Cost of Sales. All expenses incurred to grow, process, and package the finished
goods are included in our cost of sales. Cost of sales increased to $4,108,133
for the year ended December 31, 2021, from $3,268,249 for the year ended
December 31, 2020, primarily as a result of an inventory write down which
occurred during the year ended December 31, 2021. We had gross (expense) of
($1,026,341) for the year ended December 31, 2021, as compared to gross margin
of $2,957,599 for the year ended December 31, 2020.



Expenses. Selling, general and administrative expenses decreased to $6,300,733
for the year ended December 31, 2021, from $10,420,569 for the year ended
December 31, 2020, reflecting the significant reduction in marketing expenses,
as well as the reduction in the number of employees during the year ended
December 31, 2021 in addition to a significant reduction in our stock-based
compensation. Selling, general and administrative expenses primarily consist of
administrative personnel costs, facilities expenses, professional fee expenses
and marketing costs for our Veritas Farms brand products.

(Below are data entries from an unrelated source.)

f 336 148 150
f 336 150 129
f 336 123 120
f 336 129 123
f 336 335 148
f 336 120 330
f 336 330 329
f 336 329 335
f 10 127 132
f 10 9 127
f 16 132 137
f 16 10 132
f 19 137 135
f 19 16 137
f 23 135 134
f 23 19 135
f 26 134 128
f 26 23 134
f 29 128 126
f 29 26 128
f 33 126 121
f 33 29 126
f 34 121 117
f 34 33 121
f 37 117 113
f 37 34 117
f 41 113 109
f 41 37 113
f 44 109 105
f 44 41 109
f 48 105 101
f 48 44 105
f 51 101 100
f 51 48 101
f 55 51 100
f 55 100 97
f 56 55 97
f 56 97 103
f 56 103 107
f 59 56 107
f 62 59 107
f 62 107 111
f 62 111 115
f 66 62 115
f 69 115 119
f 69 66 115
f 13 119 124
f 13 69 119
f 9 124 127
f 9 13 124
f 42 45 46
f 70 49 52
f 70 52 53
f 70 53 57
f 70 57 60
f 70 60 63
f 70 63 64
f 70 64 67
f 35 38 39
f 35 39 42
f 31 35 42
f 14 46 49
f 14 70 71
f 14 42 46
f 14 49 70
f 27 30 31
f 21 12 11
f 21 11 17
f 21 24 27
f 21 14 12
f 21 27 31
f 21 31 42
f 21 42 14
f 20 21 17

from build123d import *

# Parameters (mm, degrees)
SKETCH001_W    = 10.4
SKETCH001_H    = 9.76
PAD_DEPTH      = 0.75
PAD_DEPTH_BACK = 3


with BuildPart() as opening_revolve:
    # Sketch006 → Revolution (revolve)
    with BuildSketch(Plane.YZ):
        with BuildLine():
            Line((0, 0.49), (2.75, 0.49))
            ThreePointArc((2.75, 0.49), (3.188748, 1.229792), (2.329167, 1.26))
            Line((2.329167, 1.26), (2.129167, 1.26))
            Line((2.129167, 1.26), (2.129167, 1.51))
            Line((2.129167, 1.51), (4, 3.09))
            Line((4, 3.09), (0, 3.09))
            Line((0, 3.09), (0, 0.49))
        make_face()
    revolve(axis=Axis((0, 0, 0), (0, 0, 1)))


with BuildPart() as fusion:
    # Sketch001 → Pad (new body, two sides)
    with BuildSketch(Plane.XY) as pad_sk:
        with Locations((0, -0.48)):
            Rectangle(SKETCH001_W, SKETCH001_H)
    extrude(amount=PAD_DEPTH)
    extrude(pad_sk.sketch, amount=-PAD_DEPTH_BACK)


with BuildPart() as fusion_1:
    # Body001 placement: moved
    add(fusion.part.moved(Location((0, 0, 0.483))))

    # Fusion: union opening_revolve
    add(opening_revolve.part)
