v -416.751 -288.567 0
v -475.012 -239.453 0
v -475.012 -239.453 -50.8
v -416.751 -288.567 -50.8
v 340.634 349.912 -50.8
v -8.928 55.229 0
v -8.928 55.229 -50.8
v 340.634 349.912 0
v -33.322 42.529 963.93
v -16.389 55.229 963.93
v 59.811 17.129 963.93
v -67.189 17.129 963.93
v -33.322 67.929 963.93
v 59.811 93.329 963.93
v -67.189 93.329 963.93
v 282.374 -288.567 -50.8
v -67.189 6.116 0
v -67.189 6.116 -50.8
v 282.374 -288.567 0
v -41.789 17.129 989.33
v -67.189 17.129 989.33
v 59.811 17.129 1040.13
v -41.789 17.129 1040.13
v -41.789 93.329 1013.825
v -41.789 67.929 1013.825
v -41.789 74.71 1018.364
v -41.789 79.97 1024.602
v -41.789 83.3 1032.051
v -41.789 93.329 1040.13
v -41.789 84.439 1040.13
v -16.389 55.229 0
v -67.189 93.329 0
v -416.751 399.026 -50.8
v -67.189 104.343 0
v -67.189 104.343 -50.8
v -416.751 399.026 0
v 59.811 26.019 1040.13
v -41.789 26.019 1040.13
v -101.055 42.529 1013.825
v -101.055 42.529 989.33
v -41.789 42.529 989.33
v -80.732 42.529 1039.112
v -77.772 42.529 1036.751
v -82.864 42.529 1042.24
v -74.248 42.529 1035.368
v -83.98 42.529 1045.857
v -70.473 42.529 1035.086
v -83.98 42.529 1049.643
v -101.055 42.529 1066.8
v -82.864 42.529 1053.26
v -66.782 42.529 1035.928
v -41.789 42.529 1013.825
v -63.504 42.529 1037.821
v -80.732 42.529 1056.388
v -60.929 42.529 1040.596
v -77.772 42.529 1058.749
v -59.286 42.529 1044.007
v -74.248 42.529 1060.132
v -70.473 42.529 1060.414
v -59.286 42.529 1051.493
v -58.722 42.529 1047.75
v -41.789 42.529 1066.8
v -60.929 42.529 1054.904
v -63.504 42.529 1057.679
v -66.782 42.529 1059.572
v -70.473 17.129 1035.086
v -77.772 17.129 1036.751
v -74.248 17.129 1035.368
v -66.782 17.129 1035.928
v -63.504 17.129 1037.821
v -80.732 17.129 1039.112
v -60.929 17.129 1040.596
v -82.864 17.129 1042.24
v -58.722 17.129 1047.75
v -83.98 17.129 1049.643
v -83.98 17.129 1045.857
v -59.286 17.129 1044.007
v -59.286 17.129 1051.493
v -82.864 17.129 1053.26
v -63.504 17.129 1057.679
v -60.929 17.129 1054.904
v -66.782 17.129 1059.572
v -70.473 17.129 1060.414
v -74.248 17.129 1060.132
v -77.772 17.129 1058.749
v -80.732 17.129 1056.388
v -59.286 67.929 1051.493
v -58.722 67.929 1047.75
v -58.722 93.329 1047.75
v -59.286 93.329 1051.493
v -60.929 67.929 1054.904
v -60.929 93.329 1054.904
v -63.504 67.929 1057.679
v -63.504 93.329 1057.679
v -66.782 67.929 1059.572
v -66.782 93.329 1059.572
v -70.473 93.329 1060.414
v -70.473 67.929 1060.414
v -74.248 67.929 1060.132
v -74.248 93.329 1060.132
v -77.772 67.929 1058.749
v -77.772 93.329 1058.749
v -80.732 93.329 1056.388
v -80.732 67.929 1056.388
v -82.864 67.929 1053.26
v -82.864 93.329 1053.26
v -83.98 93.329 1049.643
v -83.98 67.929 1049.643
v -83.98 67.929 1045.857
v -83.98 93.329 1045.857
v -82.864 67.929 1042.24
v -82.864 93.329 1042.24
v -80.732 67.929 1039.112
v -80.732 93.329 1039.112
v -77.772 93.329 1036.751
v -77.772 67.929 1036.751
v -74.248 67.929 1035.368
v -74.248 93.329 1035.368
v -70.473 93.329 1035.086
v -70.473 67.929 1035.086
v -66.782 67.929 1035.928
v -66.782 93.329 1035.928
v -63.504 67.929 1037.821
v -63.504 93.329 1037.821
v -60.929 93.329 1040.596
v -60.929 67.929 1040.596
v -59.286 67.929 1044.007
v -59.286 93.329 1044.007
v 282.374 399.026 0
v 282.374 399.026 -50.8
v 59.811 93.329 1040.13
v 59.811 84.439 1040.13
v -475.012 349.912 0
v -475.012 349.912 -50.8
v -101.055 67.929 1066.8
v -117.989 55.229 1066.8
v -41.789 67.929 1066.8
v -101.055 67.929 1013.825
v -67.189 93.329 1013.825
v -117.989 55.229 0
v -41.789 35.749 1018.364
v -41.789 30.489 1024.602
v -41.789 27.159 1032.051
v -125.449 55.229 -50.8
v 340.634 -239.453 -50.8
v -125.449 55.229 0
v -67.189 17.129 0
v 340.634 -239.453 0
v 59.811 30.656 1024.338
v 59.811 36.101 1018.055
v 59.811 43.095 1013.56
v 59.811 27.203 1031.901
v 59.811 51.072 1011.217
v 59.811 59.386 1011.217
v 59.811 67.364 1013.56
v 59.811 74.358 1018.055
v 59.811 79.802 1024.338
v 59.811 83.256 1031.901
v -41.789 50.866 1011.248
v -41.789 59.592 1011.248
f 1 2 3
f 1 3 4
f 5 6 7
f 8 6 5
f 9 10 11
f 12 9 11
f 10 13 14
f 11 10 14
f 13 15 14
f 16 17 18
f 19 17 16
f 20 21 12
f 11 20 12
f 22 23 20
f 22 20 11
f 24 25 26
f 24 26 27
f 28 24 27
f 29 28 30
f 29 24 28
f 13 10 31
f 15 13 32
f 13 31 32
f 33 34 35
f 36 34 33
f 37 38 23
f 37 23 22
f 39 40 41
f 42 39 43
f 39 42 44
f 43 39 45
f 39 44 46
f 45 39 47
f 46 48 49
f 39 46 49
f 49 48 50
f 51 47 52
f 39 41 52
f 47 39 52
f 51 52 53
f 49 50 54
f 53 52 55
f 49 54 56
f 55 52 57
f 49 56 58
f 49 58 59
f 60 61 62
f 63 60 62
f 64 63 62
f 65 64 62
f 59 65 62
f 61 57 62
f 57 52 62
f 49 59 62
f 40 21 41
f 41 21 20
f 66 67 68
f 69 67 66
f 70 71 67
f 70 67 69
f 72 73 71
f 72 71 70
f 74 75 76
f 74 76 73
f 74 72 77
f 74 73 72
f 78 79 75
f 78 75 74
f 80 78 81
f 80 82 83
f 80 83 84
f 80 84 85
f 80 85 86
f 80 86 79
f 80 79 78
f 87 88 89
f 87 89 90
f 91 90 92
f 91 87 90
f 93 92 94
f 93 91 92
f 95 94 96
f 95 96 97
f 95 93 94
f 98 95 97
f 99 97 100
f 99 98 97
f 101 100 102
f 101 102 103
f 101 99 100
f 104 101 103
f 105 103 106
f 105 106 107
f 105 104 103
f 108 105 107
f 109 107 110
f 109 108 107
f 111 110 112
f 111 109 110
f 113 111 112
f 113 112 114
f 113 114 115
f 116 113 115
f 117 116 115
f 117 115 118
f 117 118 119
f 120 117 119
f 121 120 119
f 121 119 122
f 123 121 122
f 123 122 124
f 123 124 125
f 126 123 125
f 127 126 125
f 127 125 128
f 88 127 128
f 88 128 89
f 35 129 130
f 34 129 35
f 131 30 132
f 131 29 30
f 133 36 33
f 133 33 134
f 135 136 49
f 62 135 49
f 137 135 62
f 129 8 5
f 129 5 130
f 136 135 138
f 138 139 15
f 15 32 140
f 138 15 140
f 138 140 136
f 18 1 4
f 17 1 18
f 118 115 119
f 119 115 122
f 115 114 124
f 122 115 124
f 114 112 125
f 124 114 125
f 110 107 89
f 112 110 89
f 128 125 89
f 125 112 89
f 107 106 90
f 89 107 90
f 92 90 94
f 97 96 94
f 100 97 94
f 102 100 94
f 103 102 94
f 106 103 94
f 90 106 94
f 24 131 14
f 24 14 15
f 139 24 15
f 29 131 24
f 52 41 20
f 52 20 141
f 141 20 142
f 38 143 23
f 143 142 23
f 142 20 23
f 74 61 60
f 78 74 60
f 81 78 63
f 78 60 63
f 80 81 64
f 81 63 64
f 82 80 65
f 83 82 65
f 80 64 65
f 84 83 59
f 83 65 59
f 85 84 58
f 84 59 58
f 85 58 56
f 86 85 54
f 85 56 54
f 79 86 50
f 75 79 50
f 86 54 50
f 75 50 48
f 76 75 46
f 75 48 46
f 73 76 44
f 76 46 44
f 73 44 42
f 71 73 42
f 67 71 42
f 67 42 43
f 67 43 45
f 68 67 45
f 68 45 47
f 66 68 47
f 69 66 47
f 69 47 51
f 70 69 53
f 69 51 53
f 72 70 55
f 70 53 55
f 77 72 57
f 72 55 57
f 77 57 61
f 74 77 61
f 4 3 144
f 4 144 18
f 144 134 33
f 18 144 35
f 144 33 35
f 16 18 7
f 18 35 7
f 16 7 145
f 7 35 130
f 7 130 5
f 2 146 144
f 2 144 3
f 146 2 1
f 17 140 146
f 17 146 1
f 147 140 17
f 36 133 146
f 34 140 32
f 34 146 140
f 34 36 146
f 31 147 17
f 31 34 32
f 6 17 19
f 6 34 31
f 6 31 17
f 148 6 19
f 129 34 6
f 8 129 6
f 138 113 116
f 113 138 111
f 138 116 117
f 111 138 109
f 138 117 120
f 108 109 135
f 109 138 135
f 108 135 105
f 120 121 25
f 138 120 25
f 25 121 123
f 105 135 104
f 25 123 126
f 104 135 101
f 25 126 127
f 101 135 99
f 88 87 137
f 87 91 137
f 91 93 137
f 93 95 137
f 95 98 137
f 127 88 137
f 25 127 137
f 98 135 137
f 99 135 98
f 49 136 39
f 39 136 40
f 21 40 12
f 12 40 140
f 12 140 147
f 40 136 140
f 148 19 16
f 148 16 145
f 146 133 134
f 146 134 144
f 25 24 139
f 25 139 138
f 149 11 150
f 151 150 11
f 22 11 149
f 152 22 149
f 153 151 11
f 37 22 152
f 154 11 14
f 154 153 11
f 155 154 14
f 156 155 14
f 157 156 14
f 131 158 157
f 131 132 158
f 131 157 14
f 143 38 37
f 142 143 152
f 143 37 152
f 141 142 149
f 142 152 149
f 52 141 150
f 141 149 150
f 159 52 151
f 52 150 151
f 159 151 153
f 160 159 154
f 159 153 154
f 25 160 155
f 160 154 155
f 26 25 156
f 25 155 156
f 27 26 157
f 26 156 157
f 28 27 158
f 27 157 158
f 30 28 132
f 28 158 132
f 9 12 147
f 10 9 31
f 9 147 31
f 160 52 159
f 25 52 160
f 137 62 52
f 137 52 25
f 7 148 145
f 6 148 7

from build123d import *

# Parameters (mm, degrees)
F1_DEPTH       = 50.8
F3_DEPTH       = 1066.8
F5_DEPTH       = 26.67
F7_DEPTH       = 76.2
F8_R           = 29.21
F9_DEPTH       = 101.6
F11_DEPTH      = 0.366359725
F13_DEPTH      = 59.2676666667
F14_W          = 33.8666666667
F14_H          = 50.8
F14_W_2        = 25.4
F15_DEPTH      = 25.4
F16_W          = 33.8666666667
F16_H          = 26.3046402751
F16_W_2        = 25.4
F17_DEPTH      = 25.4
F18_R          = 12.7
F19_DEPTH      = 25.4
F19_DEPTH_BACK = 50.8


# Not quite as in the source:
# - a feature names something its author has since deleted; it is built from what else it names


with BuildPart() as f1:
    # F0 (on Top) → F1 (new body)
    with BuildSketch(Plane.XY):
        Polygon((-67.1887439802, 6.1155312845), (282.3736590158, -288.5672921234), (340.6340595151, -239.4534882221), (-8.9283434809, 55.2293351858), (340.6340595151, 349.9121585937), (282.3736590158, 399.025962495), (-67.1887439802, 104.3431390871), (-416.7511469763, 399.025962495), (-475.0115474756, 349.9121585937), (-125.4491444796, 55.2293351858), (-475.0115474756, -239.4534882221), (-416.7511469763, -288.5672921234), align=None)
    extrude(amount=-F1_DEPTH)

    # F2 (on face) → F3 (join)
    with BuildSketch(Plane.XY):
        Polygon((-67.1887439802, 93.3293351858), (-117.9887439802, 55.2293351858), (-67.1887439802, 17.1293351858), (-16.3887439802, 55.2293351858), align=None)
    extrude(amount=F3_DEPTH)

    # F4 (on face) → F5 (cut)
    with BuildSketch(Plane.XY.offset(1066.8)):
        Polygon((-67.1887439802, 17.1293351858), (-33.3220773136, 42.5293351858), (-101.0554106469, 42.5293351858), align=None)
        Polygon((-101.0554106469, 67.9293351858), (-33.3220773136, 67.9293351858), (-67.1887439802, 93.3293351858), align=None)
    extrude(amount=-F5_DEPTH, mode=Mode.SUBTRACT)

    # F6 (on face) → F7 (join)
    with BuildSketch(Plane.XY.offset(1040.13)):
        Polygon((59.8112560198, 93.3293351858), (-67.1887439802, 93.3293351858), (-33.3220773136, 67.9293351858), (-16.3887439802, 55.2293351858), (-33.3220773136, 42.5293351858), (-67.1887439802, 17.1293351858), (59.8112560198, 17.1293351858), align=None)
    extrude(amount=-F7_DEPTH)

    # F8 (on face) → F9 (cut)
    with BuildSketch(Plane.YZ.offset(59.8112560198)):
        with Locations((55.2293351858, 1040.13)):
            Circle(F8_R)
    extrude(amount=-F9_DEPTH, mode=Mode.SUBTRACT)

    # F10 (on face) → F11 (cut, through all)
    with BuildSketch(Plane.XY.offset(1066.8)):
        Polygon((-33.3220773136, 67.9293351858), (-41.7887439802, 67.9293351858), (-41.7887439802, 67.1429912157), (-32.2736186868, 67.1429912157), align=None)
        Polygon((-32.2736186868, 43.3156791558), (-41.7887439802, 43.3156791558), (-41.7887439802, 42.5293351858), (-33.3220773136, 42.5293351858), align=None)
    extrude(amount=-F11_DEPTH, mode=Mode.SUBTRACT)

    # F12 (on face) → F13 (cut, through all)
    with BuildSketch(Plane.YZ.offset(-41.7887439802)):
        with BuildLine():
            Line((42.5293351858, 1040.13), (26.0193351858, 1040.13))
            ThreePointArc((26.0193351858, 1040.13), (30.4887703175, 1024.601685539), (42.5293351858, 1013.8253597249))
            Line((42.5293351858, 1013.8253597249), (42.5293351858, 1040.13))
        make_face()
        with BuildLine():
            Line((84.4393351858, 1040.13), (67.9293351858, 1040.13))
            Line((67.9293351858, 1040.13), (67.9293351858, 1013.8253597249))
            ThreePointArc((67.9293351858, 1013.8253597249), (79.969900054, 1024.601685539), (84.4393351858, 1040.13))
        make_face()
    extrude(amount=-F13_DEPTH, mode=Mode.SUBTRACT)

    # F14 (on face) → F15 (cut)
    with BuildSketch(Plane.XZ.offset(-17.1293351858)):
        with Locations((-84.1220773136, 1014.73)):
            Rectangle(F14_W, F14_H)
        with Locations((-54.4887439802, 1014.73)):
            Rectangle(F14_W_2, F14_H)
    extrude(amount=-F15_DEPTH, mode=Mode.SUBTRACT)

    # F16 (on face) → F17 (cut)
    with BuildSketch(Plane(origin=(0, 93.3293351858, 0), x_dir=(-1, 0, 0), z_dir=(0, 1, 0))):
        with Locations((84.1220773136, 1026.9776798625)):
            Rectangle(F16_W, F16_H)
        with Locations((54.4887439802, 1026.9776798625)):
            Rectangle(F16_W_2, F16_H)
    extrude(amount=-F17_DEPTH, mode=Mode.SUBTRACT)

    # F18 (on face) → F19 (join, two sides)
    with BuildSketch(Plane.XZ.offset(-42.5293351858)) as f19_sk:
        with Locations((-71.4220773136, 1047.75)):
            Circle(F18_R)
    extrude(amount=F19_DEPTH)
    extrude(f19_sk.sketch, amount=-F19_DEPTH_BACK)


solid = f1.part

Interest expense was $86,645 during the year ended December 31, 2021 compared to
$129,569 for the year ended December 31, 2020. Interest expense incurred to
related parties was $65,650 during the year ended December 31, 2021 and $0 for
the year ended December 31, 2020. Included in interest expense for both periods
is the accretion of discounts recorded related to financial instrument
derivatives that were deemed a part of the financings that we entered into.



Net (Loss). As a result of the decrease in operating, marketing and public
company expenses incurred during the year ended December 31, 2021, net loss for
the year ended December 31, 2021, decreased to ($7,263,567) or ($0.17) per share
based on 43,377,832 weighted average shares outstanding, from ($7,592,539) or
($0.18) per share based on 42,586,651 weighted average shares outstanding for
the year ended December 31, 2020.



Liquidity and Capital Resources


Liquidity is the ability of a company to generate adequate amounts of cash to
meet its needs for cash. We have historically experienced negative cash flows
and have relied on the proceeds from the sale of debt and equity securities to
fund our operations. In addition, we have utilized stock-based compensation as a
means of paying for consulting and salary related expenses. At December 31,
2021, we had working capital of approximately $1,832,595.



Cash increased to $481,763 at December 31, 2021 from $107,693 at December 31, 2020. The increase was primarily due to cash provided by financing activities.

As of December 31, 2021, total assets were $8,597,840, as compared to $12,408,021 at December 31, 2020. Assets primarily decreased due to decreases in accounts receivable, inventories and right of use assets.

Total liabilities as of December 31, 2021 were $3,772,555, as compared to $4,760,654 at December 31, 2020. The decrease was due in large part to decreases in accounts payable, accrued expenses, right of use lease liability.


Net cash used in operating activities increased to $4,755,792 for the year ended
December 31, 2021, from $2,969,075 for the year ended December 31, 2020. Results
of operations, offset by decreases in inventories, accounts payable stock-based
compensation comprised most of the change.



                                       27





Net cash used in investing activities was $80,289 for the year ended December
31, 2021 as compared to $88,038 for the year ended December 31, 2020, reflecting
a decrease in cash used for the purchase of property and equipment in 2021.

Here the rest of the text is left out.